Saved data entries
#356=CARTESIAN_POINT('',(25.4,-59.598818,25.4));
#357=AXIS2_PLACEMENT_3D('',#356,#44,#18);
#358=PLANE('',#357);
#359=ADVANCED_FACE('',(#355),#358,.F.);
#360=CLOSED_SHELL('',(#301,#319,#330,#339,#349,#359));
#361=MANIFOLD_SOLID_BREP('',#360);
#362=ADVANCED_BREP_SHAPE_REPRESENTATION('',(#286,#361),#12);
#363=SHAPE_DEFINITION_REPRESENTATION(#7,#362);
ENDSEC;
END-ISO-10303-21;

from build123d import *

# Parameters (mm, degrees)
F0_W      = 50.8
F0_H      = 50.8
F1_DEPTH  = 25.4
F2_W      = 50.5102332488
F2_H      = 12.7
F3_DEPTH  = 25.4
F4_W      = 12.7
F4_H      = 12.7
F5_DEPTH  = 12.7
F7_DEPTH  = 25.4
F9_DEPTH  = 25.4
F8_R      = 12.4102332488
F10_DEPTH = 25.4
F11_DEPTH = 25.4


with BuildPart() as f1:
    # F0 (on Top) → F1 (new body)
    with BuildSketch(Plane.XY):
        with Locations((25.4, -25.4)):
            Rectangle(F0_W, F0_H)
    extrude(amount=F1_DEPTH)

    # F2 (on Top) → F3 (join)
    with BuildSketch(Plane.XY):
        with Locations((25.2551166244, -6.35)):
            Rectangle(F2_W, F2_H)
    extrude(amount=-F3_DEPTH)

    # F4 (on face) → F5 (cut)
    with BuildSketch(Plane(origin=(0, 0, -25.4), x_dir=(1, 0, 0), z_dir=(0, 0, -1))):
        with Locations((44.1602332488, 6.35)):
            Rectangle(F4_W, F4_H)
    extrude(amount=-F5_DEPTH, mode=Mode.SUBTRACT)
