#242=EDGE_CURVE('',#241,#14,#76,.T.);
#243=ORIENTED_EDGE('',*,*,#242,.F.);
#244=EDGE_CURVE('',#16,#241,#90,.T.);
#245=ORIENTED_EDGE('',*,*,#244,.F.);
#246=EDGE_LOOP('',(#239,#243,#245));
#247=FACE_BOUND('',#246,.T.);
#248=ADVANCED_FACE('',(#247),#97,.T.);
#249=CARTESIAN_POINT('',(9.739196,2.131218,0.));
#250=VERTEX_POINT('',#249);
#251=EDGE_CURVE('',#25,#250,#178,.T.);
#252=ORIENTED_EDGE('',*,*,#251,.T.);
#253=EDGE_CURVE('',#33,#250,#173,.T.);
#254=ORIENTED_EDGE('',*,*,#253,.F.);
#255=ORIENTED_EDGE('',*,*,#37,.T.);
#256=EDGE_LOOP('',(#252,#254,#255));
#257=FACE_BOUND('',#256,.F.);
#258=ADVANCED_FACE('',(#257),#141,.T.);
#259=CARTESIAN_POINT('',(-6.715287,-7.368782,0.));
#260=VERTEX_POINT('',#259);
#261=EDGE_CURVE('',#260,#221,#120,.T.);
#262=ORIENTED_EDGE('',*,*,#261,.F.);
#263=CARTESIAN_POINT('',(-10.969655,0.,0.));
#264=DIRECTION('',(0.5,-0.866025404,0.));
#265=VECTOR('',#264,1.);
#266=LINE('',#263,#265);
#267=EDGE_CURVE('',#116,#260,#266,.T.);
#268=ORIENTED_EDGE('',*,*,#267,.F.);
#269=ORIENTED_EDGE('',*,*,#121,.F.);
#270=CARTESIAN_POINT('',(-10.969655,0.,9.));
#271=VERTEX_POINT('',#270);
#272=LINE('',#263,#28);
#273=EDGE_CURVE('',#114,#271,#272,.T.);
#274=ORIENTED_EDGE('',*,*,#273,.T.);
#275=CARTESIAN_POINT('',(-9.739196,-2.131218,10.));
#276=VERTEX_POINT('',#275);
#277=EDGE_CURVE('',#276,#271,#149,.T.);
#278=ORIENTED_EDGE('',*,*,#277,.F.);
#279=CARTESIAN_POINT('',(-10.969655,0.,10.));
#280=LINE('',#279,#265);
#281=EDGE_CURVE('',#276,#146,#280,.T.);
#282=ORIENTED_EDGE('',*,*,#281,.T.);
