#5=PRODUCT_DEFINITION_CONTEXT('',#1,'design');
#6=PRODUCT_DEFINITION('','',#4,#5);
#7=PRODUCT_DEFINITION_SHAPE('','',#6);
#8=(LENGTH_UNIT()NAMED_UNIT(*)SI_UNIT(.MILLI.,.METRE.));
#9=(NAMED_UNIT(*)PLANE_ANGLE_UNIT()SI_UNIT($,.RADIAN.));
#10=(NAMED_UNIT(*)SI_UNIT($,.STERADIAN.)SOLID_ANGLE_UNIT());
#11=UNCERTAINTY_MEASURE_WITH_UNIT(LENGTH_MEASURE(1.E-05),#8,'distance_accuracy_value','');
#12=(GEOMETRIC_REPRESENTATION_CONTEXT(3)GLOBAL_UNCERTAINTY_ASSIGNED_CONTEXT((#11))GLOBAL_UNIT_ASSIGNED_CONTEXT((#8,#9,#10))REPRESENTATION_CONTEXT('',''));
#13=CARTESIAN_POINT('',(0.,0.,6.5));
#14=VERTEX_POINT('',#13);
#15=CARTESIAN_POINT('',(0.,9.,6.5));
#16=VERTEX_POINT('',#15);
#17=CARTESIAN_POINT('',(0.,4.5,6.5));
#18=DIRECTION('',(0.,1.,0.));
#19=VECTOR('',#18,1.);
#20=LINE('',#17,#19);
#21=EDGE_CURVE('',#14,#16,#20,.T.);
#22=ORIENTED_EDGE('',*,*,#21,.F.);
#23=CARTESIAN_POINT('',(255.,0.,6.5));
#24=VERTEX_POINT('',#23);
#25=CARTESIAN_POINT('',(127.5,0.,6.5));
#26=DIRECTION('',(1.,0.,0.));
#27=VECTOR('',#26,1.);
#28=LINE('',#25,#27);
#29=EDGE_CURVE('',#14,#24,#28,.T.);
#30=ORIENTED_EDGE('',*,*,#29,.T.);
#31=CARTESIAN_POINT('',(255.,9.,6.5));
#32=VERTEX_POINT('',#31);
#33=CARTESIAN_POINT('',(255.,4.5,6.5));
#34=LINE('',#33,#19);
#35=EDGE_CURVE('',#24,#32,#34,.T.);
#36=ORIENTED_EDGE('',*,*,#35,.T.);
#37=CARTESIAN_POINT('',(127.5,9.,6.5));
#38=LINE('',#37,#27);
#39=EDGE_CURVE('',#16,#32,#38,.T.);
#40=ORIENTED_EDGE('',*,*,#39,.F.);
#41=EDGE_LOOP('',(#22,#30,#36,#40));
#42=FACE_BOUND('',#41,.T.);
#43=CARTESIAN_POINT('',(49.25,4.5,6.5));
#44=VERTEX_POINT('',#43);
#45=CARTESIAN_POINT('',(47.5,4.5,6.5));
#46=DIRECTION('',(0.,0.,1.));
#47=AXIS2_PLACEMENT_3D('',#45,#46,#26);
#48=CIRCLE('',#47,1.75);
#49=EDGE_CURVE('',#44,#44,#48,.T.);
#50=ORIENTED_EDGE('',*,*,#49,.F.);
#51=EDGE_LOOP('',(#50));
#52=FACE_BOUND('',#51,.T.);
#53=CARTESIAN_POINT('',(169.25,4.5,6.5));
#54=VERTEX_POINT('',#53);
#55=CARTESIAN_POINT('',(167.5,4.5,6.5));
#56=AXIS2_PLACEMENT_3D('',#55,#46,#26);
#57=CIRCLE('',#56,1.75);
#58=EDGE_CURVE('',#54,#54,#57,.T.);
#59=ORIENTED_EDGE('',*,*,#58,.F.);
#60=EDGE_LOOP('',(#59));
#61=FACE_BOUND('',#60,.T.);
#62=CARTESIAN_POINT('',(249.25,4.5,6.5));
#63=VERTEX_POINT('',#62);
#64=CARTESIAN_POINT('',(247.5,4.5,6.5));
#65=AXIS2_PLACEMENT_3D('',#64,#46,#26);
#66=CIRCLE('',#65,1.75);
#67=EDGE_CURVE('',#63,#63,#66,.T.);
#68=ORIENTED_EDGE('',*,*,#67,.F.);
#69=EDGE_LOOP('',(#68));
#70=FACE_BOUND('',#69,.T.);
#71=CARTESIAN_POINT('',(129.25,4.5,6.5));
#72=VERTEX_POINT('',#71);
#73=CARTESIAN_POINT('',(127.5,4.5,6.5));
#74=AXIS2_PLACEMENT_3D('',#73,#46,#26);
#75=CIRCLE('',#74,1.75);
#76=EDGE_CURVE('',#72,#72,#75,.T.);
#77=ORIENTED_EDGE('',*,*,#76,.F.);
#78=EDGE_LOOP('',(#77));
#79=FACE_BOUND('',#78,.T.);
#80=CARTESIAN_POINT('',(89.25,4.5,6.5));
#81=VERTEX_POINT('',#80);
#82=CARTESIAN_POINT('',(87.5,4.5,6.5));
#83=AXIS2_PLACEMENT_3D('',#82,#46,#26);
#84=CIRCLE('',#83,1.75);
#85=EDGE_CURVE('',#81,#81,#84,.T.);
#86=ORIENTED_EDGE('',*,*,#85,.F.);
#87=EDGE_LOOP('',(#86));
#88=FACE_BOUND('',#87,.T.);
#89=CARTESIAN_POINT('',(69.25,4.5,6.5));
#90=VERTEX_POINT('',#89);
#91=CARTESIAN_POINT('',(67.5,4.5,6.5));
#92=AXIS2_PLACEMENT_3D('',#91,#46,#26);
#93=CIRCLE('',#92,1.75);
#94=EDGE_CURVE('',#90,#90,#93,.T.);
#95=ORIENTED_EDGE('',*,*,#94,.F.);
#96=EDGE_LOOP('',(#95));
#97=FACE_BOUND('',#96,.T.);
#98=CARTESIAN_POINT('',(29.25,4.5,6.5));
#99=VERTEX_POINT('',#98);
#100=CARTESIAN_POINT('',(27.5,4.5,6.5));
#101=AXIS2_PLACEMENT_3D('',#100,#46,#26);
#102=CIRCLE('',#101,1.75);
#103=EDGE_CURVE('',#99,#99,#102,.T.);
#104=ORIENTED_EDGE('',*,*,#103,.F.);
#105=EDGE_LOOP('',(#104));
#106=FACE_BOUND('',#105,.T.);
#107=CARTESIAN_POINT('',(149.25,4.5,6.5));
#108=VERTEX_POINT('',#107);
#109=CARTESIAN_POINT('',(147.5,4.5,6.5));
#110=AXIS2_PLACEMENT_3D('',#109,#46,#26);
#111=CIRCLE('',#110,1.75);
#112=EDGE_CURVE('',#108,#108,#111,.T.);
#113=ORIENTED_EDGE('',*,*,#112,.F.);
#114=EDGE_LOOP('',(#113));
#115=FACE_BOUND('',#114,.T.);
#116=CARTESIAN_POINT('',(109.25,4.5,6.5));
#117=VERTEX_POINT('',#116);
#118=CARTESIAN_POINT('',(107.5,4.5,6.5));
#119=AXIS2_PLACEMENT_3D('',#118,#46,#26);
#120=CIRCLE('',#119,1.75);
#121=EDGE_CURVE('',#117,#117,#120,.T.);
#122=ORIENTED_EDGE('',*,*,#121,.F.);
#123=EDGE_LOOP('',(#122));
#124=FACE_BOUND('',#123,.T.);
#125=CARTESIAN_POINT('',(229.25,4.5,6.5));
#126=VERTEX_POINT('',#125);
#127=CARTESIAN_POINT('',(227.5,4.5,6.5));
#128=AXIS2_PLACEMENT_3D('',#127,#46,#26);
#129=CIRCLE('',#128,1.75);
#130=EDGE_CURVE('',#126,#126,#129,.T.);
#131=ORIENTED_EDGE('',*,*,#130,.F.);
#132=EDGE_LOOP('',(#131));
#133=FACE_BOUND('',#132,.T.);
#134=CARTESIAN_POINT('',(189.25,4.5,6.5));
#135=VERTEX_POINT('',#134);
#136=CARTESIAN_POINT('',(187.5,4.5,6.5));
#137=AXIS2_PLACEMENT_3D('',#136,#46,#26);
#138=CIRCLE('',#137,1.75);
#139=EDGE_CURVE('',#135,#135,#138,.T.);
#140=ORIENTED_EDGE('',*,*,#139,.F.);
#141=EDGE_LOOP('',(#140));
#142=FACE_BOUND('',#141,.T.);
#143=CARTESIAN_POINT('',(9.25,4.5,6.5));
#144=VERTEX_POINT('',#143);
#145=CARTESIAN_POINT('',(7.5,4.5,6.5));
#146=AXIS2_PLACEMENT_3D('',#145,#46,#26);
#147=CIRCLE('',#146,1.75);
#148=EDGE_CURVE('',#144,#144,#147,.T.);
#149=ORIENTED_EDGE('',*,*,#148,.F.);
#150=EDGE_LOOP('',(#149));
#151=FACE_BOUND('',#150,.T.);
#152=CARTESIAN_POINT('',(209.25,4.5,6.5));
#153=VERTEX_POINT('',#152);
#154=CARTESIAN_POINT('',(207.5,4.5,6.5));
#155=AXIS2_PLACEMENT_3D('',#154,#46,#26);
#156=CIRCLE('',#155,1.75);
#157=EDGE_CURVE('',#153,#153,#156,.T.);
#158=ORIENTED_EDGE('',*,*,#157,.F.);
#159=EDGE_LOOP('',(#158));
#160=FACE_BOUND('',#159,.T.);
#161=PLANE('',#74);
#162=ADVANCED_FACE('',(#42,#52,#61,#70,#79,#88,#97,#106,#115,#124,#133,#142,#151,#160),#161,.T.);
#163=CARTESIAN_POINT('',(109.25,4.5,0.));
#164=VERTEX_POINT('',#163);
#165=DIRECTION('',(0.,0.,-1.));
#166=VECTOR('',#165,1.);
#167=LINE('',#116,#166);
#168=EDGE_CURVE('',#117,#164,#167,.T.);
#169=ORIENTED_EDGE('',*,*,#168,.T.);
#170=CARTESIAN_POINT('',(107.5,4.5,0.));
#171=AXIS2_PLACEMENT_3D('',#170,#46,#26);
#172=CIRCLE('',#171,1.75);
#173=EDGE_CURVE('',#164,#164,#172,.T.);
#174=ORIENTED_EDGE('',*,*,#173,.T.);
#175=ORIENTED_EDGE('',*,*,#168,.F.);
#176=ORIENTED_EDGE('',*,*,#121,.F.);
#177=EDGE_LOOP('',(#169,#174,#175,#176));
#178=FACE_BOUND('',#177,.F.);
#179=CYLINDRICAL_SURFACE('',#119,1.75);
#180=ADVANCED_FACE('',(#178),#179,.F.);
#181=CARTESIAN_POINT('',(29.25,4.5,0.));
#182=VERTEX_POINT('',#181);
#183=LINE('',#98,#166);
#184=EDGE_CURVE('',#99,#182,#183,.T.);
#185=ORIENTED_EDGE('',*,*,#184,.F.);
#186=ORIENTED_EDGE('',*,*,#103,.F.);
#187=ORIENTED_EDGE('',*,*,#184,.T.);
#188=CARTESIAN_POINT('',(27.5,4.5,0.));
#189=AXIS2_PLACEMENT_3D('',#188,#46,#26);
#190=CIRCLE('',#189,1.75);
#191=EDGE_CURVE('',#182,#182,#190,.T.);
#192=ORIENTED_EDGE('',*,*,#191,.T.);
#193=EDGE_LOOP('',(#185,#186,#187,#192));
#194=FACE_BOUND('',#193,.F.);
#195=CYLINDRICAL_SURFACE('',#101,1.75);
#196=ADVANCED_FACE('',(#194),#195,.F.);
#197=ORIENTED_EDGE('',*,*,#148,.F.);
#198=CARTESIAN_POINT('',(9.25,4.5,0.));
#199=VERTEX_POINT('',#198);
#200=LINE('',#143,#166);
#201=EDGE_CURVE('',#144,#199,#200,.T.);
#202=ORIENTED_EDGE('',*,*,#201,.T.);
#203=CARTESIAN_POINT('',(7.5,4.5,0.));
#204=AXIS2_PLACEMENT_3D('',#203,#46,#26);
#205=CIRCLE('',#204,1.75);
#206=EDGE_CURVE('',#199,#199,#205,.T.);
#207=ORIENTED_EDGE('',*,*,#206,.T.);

▶ _Work task_
The answer must be every line of the records above that holds the word "VECTOR".

▶ _Output_
#265=VECTOR('',#264,1.);
#19=VECTOR('',#18,1.);
#27=VECTOR('',#26,1.);
#166=VECTOR('',#165,1.);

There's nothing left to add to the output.